Directions: Below is a block of records; repeat all of them exactly.

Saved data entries
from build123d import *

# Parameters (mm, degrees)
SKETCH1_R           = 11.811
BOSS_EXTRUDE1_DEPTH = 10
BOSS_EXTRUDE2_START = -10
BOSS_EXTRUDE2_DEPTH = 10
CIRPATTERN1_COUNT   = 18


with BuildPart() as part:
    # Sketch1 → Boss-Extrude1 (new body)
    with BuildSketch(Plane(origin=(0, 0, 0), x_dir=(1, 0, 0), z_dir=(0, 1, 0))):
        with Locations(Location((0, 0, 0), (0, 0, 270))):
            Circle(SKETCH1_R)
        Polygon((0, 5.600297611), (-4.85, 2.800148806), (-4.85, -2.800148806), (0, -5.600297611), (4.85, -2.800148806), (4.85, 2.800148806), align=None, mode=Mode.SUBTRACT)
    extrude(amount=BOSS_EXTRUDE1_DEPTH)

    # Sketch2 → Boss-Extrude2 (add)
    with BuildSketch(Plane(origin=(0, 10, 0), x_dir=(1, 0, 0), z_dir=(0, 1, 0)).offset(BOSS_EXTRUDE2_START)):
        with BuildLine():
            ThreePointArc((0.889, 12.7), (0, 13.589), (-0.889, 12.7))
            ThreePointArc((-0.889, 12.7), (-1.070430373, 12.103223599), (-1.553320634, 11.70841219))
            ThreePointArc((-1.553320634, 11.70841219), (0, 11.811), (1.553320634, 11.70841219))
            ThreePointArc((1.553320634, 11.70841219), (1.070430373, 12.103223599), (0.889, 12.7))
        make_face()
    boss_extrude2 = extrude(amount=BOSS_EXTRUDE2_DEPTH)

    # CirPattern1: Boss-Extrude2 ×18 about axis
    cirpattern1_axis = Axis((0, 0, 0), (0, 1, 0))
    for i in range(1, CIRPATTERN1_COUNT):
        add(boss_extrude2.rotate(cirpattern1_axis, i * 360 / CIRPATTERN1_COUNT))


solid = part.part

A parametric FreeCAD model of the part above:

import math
import FreeCAD as App
import Part
import Sketcher
Q = App.Units.Quantity

doc = App.newDocument("Part")
body = doc.addObject("PartDesign::Body", "Body")

# Sketch on XZ plane
sketch1 = body.newObject("Sketcher::SketchObject", "Sketch")
sketch1.AttachmentSupport = (doc.getObject("XZ_Plane"), [""])
sketch1.MapMode = "FlatFace"
sketch1.addGeometry(Part.Circle(App.Vector(0, 0, 0), App.Vector(0, 0, 1), 12), False)
sketch1.addGeometry(Part.LineSegment(App.Vector(-5, -3, 0), App.Vector(0, -6, 0)), False)
sketch1.addGeometry(Part.LineSegment(App.Vector(0, -6, 0), App.Vector(5, -3, 0)), False)
sketch1.addGeometry(Part.LineSegment(App.Vector(5, -3, 0), App.Vector(5, 3, 0)), False)
sketch1.addGeometry(Part.LineSegment(App.Vector(5, 3, 0), App.Vector(0, 6, 0)), False)
sketch1.addGeometry(Part.LineSegment(App.Vector(0, 6, 0), App.Vector(-5, 3, 0)), False)
sketch1.addGeometry(Part.LineSegment(App.Vector(-5, 3, 0), App.Vector(-5, -3, 0)), False)
sketch1.addConstraint(Sketcher.Constraint("Coincident", 1, 2, 2, 1))
sketch1.addConstraint(Sketcher.Constraint("Coincident", 2, 2, 3, 1))
sketch1.addConstraint(Sketcher.Constraint("Coincident", 3, 2, 4, 1))
sketch1.addConstraint(Sketcher.Constraint("Coincident", 4, 2, 5, 1))
sketch1.addConstraint(Sketcher.Constraint("Coincident", 5, 2, 6, 1))
sketch1.addConstraint(Sketcher.Constraint("Coincident", 6, 2, 1, 1))
sketch1.addConstraint(Sketcher.Constraint("Vertical", 3))
sketch1.addConstraint(Sketcher.Constraint("Vertical", 6))
sketch1.addConstraint(Sketcher.Constraint("Coincident", 0, 3, -1, 1))
sketch1.addConstraint(Sketcher.Constraint("Symmetric", 1, 2, 4, 2, -1, 1))
sketch1.addConstraint(Sketcher.Constraint("Symmetric", 2, 2, 5, 2, -1, 1))
sketch1.addConstraint(Sketcher.Constraint("PointOnObject", 1, 2, -2))
sketch1.addConstraint(Sketcher.Constraint("Parallel", 1, 4))
sketch1.addConstraint(Sketcher.Constraint("Horizontal", 3, 2, 5, 2))
sketch1.addConstraint(Sketcher.Constraint("Diameter", 0, Q("0.93 in")))
sketch1.addConstraint(Sketcher.Constraint("Angle", 1, Q("-30 deg")))
sketch1.addConstraint(Sketcher.Constraint("DistanceX", -1, 1, 2, 2, 4.85))
sketch1.addConstraint(Sketcher.Constraint("DistanceY", 3, 1, 3, 2, 5.600298))
pad1 = body.newObject("PartDesign::Pad", "Pad")
pad1.Profile = sketch1
pad1.Length = 10
pad1.Reversed = True

# Sketch on XZ plane
sketch2 = body.newObject("Sketcher::SketchObject", "Sketch001")
sketch2.AttachmentSupport = (doc.getObject("XZ_Plane"), [""])
sketch2.MapMode = "FlatFace"
sketch2.addGeometry(Part.ArcOfCircle(Part.Circle(App.Vector(0, -12.7, 0), App.Vector(0, 0, 1), 0.9), math.radians(180), math.radians(360)), False)
sketch2.addGeometry(Part.ArcOfCircle(Part.Circle(App.Vector(-2, -12.7, 0), App.Vector(0, 0, 1), 1.1), math.radians(0), math.radians(68)), False)
sketch2.addGeometry(Part.ArcOfCircle(Part.Circle(App.Vector(0, 0, 0), App.Vector(0, 0, 1), 11.8), math.radians(-97.56), math.radians(-82.44)), False)
sketch2.addGeometry(Part.ArcOfCircle(Part.Circle(App.Vector(2, -12.7, 0), App.Vector(0, 0, 1), 1.1), math.radians(112), math.radians(180)), False)
sketch2.addConstraint(Sketcher.Constraint("Tangent", 0, 1, 1, 1))
sketch2.addConstraint(Sketcher.Constraint("Coincident", 1, 2, 2, 1))
sketch2.addConstraint(Sketcher.Constraint("Coincident", 2, 2, 3, 1))
sketch2.addConstraint(Sketcher.Constraint("Tangent", 3, 2, 0, 2))
sketch2.addConstraint(Sketcher.Constraint("Coincident", 2, 3, -1, 1))
sketch2.addConstraint(Sketcher.Constraint("Equal", 1, 3))
sketch2.addConstraint(Sketcher.Constraint("Symmetric", 1, 3, 3, 3, -2))
sketch2.addConstraint(Sketcher.Constraint("Horizontal", 0, 3, 1, 3))
sketch2.addConstraint(Sketcher.Constraint("Radius", 0, Q("0.035 in")))
sketch2.addConstraint(Sketcher.Constraint("Radius", 2, Q("0.465 in")))
sketch2.addConstraint(Sketcher.Constraint("DistanceY", 0, 3, -1, 1, Q("0.5 in")))
sketch2.addConstraint(Sketcher.Constraint("Radius", 1, 1.072199))
pad2 = body.newObject("PartDesign::Pad", "Pad001")
pad2.Profile = sketch2
pad2.Length = 10
pad2.Reversed = True
doc.recompute()

polarpattern = body.newObject("PartDesign::PolarPattern", "PolarPattern")
polarpattern.Originals = [pad2]
polarpattern.Axis = (doc.getObject("Y_Axis"), [""])
polarpattern.Angle = 360
polarpattern.Occurrences = 18
body.Tip = polarpattern

doc.recompute()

Solution for this problem:
from build123d import *

# Parameters (mm, degrees)
SKETCH1_R           = 11.811
BOSS_EXTRUDE1_DEPTH = 10
BOSS_EXTRUDE2_START = -10
BOSS_EXTRUDE2_DEPTH = 10
CIRPATTERN1_COUNT   = 18


with BuildPart() as part:
    # Sketch1 → Boss-Extrude1 (new body)
    with BuildSketch(Plane(origin=(0, 0, 0), x_dir=(1, 0, 0), z_dir=(0, 1, 0))):
        with Locations(Location((0, 0, 0), (0, 0, 270))):
            Circle(SKETCH1_R)
        Polygon((0, 5.600297611), (-4.85, 2.800148806), (-4.85, -2.800148806), (0, -5.600297611), (4.85, -2.800148806), (4.85, 2.800148806), align=None, mode=Mode.SUBTRACT)
    extrude(amount=BOSS_EXTRUDE1_DEPTH)

    # Sketch2 → Boss-Extrude2 (add)
    with BuildSketch(Plane(origin=(0, 10, 0), x_dir=(1, 0, 0), z_dir=(0, 1, 0)).offset(BOSS_EXTRUDE2_START)):
        with BuildLine():
            ThreePointArc((0.889, 12.7), (0, 13.589), (-0.889, 12.7))
            ThreePointArc((-0.889, 12.7), (-1.070430373, 12.103223599), (-1.553320634, 11.70841219))
            ThreePointArc((-1.553320634, 11.70841219), (0, 11.811), (1.553320634, 11.70841219))
            ThreePointArc((1.553320634, 11.70841219), (1.070430373, 12.103223599), (0.889, 12.7))
        make_face()
    boss_extrude2 = extrude(amount=BOSS_EXTRUDE2_DEPTH)

    # CirPattern1: Boss-Extrude2 ×18 about axis
    cirpattern1_axis = Axis((0, 0, 0), (0, 1, 0))
    for i in range(1, CIRPATTERN1_COUNT):
        add(boss_extrude2.rotate(cirpattern1_axis, i * 360 / CIRPATTERN1_COUNT))


solid = part.part

A parametric FreeCAD model of the part above:

import math
import FreeCAD as App
import Part
import Sketcher
Q = App.Units.Quantity

doc = App.newDocument("Part")
body = doc.addObject("PartDesign::Body", "Body")

# Sketch on XZ plane
sketch1 = body.newObject("Sketcher::SketchObject", "Sketch")
sketch1.AttachmentSupport = (doc.getObject("XZ_Plane"), [""])
sketch1.MapMode = "FlatFace"
sketch1.addGeometry(Part.Circle(App.Vector(0, 0, 0), App.Vector(0, 0, 1), 12), False)
sketch1.addGeometry(Part.LineSegment(App.Vector(-5, -3, 0), App.Vector(0, -6, 0)), False)
sketch1.addGeometry(Part.LineSegment(App.Vector(0, -6, 0), App.Vector(5, -3, 0)), False)
sketch1.addGeometry(Part.LineSegment(App.Vector(5, -3, 0), App.Vector(5, 3, 0)), False)
sketch1.addGeometry(Part.LineSegment(App.Vector(5, 3, 0), App.Vector(0, 6, 0)), False)
sketch1.addGeometry(Part.LineSegment(App.Vector(0, 6, 0), App.Vector(-5, 3, 0)), False)
sketch1.addGeometry(Part.LineSegment(App.Vector(-5, 3, 0), App.Vector(-5, -3, 0)), False)
sketch1.addConstraint(Sketcher.Constraint("Coincident", 1, 2, 2, 1))
sketch1.addConstraint(Sketcher.Constraint("Coincident", 2, 2, 3, 1))
sketch1.addConstraint(Sketcher.Constraint("Coincident", 3, 2, 4, 1))
sketch1.addConstraint(Sketcher.Constraint("Coincident", 4, 2, 5, 1))
sketch1.addConstraint(Sketcher.Constraint("Coincident", 5, 2, 6, 1))
sketch1.addConstraint(Sketcher.Constraint("Coincident", 6, 2, 1, 1))
sketch1.addConstraint(Sketcher.Constraint("Vertical", 3))
sketch1.addConstraint(Sketcher.Constraint("Vertical", 6))
sketch1.addConstraint(Sketcher.Constraint("Coincident", 0, 3, -1, 1))
sketch1.addConstraint(Sketcher.Constraint("Symmetric", 1, 2, 4, 2, -1, 1))
sketch1.addConstraint(Sketcher.Constraint("Symmetric", 2, 2, 5, 2, -1, 1))
sketch1.addConstraint(Sketcher.Constraint("PointOnObject", 1, 2, -2))
sketch1.addConstraint(Sketcher.Constraint("Parallel", 1, 4))
sketch1.addConstraint(Sketcher.Constraint("Horizontal", 3, 2, 5, 2))
sketch1.addConstraint(Sketcher.Constraint("Diameter", 0, Q("0.93 in")))
sketch1.addConstraint(Sketcher.Constraint("Angle", 1, Q("-30 deg")))
sketch1.addConstraint(Sketcher.Constraint("DistanceX", -1, 1, 2, 2, 4.85))
sketch1.addConstraint(Sketcher.Constraint("DistanceY", 3, 1, 3, 2, 5.600298))
pad1 = body.newObject("PartDesign::Pad", "Pad")
pad1.Profile = sketch1
pad1.Length = 10
pad1.Reversed = True

# Sketch on XZ plane
sketch2 = body.newObject("Sketcher::SketchObject", "Sketch001")
sketch2.AttachmentSupport = (doc.getObject("XZ_Plane"), [""])
sketch2.MapMode = "FlatFace"
sketch2.addGeometry(Part.ArcOfCircle(Part.Circle(App.Vector(0, -12.7, 0), App.Vector(0, 0, 1), 0.9), math.radians(180), math.radians(360)), False)
sketch2.addGeometry(Part.ArcOfCircle(Part.Circle(App.Vector(-2, -12.7, 0), App.Vector(0, 0, 1), 1.1), math.radians(0), math.radians(68)), False)
sketch2.addGeometry(Part.ArcOfCircle(Part.Circle(App.Vector(0, 0, 0), App.Vector(0, 0, 1), 11.8), math.radians(-97.56), math.radians(-82.44)), False)
sketch2.addGeometry(Part.ArcOfCircle(Part.Circle(App.Vector(2, -12.7, 0), App.Vector(0, 0, 1), 1.1), math.radians(112), math.radians(180)), False)
sketch2.addConstraint(Sketcher.Constraint("Tangent", 0, 1, 1, 1))
sketch2.addConstraint(Sketcher.Constraint("Coincident", 1, 2, 2, 1))
sketch2.addConstraint(Sketcher.Constraint("Coincident", 2, 2, 3, 1))
sketch2.addConstraint(Sketcher.Constraint("Tangent", 3, 2, 0, 2))
sketch2.addConstraint(Sketcher.Constraint("Coincident", 2, 3, -1, 1))
sketch2.addConstraint(Sketcher.Constraint("Equal", 1, 3))
sketch2.addConstraint(Sketcher.Constraint("Symmetric", 1, 3, 3, 3, -2))
sketch2.addConstraint(Sketcher.Constraint("Horizontal", 0, 3, 1, 3))
sketch2.addConstraint(Sketcher.Constraint("Radius", 0, Q("0.035 in")))
sketch2.addConstraint(Sketcher.Constraint("Radius", 2, Q("0.465 in")))
sketch2.addConstraint(Sketcher.Constraint("DistanceY", 0, 3, -1, 1, Q("0.5 in")))
sketch2.addConstraint(Sketcher.Constraint("Radius", 1, 1.072199))
pad2 = body.newObject("PartDesign::Pad", "Pad001")
pad2.Profile = sketch2
pad2.Length = 10
pad2.Reversed = True
doc.recompute()

polarpattern = body.newObject("PartDesign::PolarPattern", "PolarPattern")
polarpattern.Originals = [pad2]
polarpattern.Axis = (doc.getObject("Y_Axis"), [""])
polarpattern.Angle = 360
polarpattern.Occurrences = 18
body.Tip = polarpattern

doc.recompute()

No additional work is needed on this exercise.